→ About this task
Going line by line through the records below, count those with the word "Locations" and give only the count.

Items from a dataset
-------
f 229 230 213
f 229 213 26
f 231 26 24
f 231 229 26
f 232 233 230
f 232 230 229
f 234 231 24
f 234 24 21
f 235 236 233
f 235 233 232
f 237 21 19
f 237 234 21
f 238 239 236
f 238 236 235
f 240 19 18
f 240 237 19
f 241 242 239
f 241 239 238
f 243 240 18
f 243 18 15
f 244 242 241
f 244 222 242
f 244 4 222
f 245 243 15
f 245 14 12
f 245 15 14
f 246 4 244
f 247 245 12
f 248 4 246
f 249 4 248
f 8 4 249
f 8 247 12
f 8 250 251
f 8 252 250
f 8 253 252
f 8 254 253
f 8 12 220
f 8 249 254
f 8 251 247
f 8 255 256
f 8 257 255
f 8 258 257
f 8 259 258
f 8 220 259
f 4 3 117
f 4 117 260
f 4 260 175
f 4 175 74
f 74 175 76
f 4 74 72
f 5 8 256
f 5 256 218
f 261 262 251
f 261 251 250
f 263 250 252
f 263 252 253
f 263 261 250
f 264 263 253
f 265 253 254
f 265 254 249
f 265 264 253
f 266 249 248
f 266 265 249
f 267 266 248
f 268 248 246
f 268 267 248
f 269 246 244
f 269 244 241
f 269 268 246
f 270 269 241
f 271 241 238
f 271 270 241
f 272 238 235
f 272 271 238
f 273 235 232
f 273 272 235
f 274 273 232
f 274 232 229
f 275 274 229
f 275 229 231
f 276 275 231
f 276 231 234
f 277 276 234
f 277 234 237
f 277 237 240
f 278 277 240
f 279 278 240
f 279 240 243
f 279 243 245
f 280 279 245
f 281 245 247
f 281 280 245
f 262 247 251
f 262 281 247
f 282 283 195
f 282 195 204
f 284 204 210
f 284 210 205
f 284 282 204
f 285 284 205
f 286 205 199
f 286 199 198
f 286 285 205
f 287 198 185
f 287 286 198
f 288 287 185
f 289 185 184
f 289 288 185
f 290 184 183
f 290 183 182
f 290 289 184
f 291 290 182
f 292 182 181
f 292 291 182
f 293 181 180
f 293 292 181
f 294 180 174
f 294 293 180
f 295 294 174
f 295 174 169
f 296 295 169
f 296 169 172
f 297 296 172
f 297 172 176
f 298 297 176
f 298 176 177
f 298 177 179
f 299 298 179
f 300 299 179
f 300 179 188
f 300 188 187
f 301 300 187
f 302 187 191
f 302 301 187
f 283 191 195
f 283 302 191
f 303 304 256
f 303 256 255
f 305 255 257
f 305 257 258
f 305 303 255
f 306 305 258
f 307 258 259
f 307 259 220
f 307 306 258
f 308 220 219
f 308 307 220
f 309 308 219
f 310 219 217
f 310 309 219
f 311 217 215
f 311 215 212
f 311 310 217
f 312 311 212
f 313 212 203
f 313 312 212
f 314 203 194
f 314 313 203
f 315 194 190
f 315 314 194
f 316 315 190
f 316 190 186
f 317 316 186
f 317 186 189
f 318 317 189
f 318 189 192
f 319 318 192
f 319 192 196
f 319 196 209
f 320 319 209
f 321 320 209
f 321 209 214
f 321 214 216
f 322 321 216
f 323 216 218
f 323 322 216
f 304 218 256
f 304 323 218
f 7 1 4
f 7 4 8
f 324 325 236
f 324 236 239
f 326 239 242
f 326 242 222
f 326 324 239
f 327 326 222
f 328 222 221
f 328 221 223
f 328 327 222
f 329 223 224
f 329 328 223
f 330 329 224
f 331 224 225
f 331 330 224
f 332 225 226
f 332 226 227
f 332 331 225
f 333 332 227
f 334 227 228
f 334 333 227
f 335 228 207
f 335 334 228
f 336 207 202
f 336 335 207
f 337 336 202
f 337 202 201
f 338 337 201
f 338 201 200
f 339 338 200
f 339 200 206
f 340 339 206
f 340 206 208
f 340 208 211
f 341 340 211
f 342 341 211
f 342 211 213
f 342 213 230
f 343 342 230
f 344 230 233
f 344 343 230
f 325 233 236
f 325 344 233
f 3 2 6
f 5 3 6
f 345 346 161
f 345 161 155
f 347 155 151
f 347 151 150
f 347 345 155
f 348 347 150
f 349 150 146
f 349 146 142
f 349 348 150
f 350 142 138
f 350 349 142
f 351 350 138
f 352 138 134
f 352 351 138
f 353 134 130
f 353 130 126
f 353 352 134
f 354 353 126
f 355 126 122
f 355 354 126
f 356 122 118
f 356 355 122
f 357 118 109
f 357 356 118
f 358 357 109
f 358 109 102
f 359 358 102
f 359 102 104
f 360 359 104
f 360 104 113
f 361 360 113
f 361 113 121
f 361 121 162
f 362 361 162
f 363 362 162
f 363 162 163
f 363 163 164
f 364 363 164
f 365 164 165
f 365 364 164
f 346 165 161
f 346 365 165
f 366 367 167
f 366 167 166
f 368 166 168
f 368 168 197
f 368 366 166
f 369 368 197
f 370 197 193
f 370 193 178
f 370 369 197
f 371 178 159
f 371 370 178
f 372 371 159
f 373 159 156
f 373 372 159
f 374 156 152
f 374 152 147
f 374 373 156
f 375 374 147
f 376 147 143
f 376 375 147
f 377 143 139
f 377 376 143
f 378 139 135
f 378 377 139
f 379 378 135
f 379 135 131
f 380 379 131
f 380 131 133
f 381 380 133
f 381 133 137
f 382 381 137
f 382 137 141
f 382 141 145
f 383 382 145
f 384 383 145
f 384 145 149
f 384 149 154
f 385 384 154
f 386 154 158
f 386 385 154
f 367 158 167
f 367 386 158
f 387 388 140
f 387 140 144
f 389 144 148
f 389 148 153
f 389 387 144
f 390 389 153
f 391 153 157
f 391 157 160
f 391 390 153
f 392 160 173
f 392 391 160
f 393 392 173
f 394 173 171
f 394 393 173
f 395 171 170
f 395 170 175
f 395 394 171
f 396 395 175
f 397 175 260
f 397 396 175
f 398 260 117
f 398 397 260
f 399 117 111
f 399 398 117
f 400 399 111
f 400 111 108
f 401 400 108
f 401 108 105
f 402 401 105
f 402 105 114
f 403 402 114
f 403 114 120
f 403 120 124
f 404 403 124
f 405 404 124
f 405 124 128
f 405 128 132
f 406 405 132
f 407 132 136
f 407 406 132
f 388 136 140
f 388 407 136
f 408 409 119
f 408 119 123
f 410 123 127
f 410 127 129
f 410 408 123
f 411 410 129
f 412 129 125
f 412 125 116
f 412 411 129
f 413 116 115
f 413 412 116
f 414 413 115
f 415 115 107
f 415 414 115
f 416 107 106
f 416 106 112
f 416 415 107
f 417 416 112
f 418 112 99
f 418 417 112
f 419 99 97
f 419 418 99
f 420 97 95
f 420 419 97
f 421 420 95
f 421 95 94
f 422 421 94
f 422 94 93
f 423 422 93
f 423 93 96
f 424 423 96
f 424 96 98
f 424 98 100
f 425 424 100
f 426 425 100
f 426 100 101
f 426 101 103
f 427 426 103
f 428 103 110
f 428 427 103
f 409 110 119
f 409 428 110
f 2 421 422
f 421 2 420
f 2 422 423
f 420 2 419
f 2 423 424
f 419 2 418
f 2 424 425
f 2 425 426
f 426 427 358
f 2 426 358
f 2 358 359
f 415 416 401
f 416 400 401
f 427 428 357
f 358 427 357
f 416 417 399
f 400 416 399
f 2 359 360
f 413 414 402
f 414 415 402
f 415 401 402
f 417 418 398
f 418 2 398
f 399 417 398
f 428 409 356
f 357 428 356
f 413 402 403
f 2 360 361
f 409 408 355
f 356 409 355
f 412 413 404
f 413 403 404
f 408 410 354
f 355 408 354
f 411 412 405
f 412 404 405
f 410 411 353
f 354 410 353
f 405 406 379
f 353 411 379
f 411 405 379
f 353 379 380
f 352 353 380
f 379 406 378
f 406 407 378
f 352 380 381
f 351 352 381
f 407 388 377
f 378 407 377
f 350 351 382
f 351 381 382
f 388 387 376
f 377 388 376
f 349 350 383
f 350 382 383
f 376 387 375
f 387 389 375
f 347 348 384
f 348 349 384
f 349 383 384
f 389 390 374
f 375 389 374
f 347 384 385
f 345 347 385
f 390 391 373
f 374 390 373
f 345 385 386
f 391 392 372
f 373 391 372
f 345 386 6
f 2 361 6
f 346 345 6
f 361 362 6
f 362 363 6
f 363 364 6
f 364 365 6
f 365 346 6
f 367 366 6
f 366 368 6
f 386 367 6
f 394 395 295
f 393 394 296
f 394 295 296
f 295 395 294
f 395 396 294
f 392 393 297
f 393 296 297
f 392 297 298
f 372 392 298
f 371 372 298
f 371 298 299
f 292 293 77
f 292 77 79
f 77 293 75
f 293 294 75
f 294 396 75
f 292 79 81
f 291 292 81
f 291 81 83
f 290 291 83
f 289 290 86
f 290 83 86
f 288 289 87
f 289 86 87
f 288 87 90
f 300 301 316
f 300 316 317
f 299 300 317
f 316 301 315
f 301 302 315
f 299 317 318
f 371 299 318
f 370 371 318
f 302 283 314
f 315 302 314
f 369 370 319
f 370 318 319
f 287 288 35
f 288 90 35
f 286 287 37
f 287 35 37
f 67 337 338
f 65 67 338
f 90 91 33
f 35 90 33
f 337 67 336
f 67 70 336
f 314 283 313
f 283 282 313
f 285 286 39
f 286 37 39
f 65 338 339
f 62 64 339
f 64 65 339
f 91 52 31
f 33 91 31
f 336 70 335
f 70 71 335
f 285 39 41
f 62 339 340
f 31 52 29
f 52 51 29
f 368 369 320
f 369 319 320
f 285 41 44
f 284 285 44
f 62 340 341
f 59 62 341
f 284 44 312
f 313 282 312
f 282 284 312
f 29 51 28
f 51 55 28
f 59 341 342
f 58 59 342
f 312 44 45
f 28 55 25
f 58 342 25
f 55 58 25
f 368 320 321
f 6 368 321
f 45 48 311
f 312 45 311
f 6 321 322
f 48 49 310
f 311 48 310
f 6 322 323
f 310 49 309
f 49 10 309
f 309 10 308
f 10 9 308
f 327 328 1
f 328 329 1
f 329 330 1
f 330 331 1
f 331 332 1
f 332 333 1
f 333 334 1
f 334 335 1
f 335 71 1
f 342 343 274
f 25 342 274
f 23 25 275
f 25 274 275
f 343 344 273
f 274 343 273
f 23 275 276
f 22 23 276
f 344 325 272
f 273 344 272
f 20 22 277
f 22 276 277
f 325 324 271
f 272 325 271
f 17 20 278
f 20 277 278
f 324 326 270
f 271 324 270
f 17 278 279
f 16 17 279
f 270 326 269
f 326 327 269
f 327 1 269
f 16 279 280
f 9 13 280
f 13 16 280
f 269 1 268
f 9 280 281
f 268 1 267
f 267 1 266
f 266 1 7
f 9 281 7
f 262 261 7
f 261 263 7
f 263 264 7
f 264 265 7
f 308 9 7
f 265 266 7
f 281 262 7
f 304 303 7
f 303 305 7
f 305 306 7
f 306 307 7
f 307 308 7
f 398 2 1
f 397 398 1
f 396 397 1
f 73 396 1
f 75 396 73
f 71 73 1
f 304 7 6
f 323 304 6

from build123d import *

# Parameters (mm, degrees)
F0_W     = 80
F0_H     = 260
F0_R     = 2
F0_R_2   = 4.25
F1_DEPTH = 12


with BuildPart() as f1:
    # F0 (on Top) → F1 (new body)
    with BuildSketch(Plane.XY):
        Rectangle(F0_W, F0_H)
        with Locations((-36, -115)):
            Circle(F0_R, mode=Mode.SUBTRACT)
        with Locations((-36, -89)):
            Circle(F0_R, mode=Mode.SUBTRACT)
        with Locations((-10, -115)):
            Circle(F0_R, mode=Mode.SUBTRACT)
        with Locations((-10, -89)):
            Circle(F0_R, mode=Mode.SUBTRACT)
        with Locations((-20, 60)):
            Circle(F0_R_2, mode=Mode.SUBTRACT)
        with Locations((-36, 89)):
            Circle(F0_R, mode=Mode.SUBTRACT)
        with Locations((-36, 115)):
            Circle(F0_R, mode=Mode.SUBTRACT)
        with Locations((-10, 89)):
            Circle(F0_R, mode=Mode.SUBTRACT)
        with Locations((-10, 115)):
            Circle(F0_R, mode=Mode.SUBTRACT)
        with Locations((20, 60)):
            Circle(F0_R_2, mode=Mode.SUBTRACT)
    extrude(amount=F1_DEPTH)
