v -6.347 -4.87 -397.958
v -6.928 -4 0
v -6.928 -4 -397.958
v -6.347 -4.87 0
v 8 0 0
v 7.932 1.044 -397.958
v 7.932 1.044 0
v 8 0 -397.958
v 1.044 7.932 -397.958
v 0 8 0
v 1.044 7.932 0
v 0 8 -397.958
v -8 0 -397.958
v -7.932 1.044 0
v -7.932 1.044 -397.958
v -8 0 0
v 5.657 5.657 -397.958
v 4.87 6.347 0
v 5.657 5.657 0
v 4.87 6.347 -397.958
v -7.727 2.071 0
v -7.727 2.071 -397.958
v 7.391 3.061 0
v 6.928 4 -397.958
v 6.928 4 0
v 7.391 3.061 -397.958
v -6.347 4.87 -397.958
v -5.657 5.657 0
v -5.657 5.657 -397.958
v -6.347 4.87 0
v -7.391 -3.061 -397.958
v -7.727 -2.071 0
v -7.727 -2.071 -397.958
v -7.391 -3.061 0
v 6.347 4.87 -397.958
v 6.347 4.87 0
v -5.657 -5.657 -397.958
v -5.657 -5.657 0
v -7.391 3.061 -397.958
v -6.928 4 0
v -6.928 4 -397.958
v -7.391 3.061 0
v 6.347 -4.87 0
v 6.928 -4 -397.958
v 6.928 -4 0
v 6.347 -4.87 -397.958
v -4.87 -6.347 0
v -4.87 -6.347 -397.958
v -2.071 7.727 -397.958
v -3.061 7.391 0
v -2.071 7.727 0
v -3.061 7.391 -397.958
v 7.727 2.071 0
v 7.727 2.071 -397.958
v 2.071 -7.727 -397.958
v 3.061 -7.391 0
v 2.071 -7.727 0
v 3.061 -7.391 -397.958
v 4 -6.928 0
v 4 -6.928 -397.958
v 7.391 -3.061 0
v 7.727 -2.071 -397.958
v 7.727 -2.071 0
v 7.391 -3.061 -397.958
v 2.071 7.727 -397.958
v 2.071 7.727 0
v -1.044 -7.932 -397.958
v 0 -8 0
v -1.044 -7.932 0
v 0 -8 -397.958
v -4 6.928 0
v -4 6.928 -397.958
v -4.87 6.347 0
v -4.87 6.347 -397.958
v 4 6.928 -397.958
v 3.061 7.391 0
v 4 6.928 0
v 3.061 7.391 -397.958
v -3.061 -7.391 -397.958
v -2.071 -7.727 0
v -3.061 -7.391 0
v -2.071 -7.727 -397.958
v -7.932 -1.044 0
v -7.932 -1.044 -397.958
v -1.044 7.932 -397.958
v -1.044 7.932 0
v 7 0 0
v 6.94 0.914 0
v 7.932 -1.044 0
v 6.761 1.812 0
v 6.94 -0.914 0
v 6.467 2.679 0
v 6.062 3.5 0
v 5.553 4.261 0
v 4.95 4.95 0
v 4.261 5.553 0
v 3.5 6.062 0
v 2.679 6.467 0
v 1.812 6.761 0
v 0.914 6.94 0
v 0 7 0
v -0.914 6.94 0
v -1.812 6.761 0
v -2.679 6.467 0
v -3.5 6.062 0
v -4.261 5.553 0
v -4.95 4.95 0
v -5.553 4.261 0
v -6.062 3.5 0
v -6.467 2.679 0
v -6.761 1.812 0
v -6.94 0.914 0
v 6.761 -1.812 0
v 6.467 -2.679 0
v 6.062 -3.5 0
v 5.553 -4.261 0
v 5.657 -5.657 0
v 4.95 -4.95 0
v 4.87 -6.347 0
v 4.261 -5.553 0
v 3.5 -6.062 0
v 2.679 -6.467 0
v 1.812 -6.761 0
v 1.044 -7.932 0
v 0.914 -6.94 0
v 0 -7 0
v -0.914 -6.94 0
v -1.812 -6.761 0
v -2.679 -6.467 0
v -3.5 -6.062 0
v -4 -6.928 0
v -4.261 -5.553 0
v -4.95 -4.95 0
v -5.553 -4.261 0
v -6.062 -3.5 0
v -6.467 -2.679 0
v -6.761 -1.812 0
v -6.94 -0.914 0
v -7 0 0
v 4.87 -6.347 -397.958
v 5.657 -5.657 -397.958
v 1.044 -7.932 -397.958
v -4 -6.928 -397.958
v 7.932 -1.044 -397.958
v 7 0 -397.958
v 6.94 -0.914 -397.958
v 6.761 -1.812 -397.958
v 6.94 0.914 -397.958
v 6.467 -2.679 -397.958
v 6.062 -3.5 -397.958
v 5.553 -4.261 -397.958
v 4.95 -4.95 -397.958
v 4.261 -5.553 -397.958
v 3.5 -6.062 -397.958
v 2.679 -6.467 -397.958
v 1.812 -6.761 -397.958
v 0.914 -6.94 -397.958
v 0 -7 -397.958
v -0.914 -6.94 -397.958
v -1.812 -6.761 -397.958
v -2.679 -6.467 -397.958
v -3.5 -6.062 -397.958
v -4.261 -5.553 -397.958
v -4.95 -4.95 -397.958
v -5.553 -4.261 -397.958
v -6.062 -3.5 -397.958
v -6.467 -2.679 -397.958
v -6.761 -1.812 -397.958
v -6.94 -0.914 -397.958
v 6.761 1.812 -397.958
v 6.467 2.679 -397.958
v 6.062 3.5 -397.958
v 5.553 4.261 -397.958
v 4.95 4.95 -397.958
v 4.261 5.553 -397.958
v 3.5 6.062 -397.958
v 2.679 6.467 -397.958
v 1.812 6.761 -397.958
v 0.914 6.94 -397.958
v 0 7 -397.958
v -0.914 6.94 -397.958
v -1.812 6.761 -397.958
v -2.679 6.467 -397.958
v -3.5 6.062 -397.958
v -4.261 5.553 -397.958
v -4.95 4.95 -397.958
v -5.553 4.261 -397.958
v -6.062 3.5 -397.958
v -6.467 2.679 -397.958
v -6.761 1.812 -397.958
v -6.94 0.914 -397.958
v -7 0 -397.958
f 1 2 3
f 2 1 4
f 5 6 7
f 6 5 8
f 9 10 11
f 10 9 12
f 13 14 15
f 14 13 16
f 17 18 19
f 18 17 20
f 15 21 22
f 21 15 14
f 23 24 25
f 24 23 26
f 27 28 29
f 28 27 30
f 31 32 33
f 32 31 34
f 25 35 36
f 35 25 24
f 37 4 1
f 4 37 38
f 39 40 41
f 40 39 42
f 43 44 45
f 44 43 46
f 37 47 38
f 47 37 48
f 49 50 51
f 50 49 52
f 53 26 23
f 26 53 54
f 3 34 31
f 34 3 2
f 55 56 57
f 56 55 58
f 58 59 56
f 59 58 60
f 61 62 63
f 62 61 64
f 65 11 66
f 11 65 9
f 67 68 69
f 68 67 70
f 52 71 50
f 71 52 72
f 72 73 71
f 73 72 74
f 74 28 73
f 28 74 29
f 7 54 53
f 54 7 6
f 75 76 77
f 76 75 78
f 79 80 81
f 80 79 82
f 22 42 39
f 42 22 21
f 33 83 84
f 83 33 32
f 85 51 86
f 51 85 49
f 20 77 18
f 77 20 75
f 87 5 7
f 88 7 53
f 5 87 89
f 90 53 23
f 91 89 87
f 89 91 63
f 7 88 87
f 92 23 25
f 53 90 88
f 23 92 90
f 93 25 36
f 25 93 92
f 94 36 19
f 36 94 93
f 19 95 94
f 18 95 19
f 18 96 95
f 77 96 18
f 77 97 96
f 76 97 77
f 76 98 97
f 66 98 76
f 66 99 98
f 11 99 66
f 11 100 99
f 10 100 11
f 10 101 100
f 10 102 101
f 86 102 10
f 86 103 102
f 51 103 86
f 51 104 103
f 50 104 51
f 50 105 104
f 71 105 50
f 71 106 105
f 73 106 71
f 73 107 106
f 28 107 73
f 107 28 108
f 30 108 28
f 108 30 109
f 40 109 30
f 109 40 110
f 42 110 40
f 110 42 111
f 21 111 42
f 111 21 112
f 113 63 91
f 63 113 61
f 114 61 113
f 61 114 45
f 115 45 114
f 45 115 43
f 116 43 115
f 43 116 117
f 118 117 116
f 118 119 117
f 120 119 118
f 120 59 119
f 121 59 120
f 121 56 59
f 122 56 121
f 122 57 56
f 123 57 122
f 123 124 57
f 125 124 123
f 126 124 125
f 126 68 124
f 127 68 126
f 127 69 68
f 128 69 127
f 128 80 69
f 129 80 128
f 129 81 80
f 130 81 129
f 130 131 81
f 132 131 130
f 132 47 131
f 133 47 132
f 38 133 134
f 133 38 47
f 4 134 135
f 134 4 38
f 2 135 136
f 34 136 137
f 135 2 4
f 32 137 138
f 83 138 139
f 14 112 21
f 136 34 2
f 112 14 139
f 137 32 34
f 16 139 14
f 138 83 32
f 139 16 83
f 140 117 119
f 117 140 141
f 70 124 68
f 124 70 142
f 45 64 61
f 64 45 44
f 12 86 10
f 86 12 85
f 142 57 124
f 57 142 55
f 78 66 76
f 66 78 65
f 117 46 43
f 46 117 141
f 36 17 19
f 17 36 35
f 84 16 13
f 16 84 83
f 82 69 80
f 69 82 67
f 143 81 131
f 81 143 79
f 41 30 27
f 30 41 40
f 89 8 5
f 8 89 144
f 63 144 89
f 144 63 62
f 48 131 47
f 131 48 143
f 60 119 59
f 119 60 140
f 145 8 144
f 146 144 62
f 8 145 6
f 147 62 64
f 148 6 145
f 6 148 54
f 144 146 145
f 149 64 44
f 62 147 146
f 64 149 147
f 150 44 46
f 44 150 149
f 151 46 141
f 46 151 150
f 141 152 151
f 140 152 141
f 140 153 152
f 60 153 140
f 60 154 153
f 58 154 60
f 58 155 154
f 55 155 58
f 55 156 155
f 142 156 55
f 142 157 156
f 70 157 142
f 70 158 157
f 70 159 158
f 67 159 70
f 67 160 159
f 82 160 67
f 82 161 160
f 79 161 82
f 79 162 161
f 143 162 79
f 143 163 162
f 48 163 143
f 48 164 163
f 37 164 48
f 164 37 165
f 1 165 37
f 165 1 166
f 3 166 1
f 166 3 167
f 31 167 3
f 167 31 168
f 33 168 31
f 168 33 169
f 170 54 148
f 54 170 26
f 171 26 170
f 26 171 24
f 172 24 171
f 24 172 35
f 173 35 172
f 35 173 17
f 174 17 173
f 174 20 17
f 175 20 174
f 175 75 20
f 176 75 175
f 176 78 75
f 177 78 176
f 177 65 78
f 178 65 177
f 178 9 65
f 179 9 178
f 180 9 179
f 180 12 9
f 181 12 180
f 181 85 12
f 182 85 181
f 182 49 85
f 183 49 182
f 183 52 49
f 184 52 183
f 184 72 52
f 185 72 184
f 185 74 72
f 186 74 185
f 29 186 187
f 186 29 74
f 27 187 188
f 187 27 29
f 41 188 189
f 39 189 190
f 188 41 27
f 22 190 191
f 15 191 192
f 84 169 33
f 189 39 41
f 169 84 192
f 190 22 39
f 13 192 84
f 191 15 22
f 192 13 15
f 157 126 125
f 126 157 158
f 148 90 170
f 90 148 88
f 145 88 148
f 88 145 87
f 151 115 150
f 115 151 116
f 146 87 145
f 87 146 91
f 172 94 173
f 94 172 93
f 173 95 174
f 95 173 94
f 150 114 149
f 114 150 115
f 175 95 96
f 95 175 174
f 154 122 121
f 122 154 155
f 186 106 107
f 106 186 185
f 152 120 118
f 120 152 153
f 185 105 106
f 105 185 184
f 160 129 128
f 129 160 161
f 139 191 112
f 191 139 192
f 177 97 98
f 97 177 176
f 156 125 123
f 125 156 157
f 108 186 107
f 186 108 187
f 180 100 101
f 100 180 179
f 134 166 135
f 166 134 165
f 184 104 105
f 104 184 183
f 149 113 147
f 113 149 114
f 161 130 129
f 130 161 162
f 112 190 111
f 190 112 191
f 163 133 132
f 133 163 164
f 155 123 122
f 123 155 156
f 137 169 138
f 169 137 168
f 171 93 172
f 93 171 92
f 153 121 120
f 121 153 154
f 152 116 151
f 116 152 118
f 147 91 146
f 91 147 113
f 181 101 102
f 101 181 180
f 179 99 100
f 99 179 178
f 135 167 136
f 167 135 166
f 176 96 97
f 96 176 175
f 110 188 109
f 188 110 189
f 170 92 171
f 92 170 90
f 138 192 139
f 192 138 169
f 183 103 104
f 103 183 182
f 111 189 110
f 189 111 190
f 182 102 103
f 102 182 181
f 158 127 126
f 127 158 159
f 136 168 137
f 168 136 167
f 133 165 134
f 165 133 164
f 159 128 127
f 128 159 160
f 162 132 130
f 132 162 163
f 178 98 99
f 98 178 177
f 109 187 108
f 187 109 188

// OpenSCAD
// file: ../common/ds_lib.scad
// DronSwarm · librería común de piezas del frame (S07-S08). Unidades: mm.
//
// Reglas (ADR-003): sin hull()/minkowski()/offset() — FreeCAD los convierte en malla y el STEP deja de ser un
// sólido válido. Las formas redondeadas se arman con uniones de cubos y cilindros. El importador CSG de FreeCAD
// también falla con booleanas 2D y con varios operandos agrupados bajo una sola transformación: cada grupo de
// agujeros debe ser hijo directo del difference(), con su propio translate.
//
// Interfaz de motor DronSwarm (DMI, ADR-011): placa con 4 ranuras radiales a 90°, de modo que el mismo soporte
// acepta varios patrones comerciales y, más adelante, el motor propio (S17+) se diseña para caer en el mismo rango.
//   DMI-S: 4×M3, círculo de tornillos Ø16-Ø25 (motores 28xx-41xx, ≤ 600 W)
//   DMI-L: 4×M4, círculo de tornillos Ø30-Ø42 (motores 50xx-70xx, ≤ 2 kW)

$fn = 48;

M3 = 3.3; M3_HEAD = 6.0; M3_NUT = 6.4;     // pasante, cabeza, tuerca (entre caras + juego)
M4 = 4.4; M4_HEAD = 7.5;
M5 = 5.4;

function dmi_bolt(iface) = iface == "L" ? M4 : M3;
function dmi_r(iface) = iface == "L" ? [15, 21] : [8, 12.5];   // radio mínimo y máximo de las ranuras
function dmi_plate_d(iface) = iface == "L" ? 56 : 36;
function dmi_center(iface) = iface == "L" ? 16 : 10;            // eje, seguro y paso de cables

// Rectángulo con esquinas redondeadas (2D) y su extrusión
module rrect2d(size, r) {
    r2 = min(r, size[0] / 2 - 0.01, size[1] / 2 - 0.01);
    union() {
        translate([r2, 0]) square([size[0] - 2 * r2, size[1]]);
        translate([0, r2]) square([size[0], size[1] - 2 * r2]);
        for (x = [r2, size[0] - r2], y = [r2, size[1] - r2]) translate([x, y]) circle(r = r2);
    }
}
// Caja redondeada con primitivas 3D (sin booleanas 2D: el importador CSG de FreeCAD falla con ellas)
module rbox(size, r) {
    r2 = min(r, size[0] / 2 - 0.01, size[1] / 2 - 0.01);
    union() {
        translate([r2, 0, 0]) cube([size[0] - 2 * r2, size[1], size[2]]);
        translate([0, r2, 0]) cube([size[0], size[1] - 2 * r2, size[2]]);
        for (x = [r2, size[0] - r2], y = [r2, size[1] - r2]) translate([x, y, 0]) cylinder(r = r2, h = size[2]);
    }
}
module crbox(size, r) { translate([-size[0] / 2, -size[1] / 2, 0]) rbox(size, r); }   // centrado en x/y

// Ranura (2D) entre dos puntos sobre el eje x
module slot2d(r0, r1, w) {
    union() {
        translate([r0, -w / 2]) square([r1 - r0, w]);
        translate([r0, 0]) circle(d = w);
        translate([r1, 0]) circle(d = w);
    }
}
-------
→ Answer box
10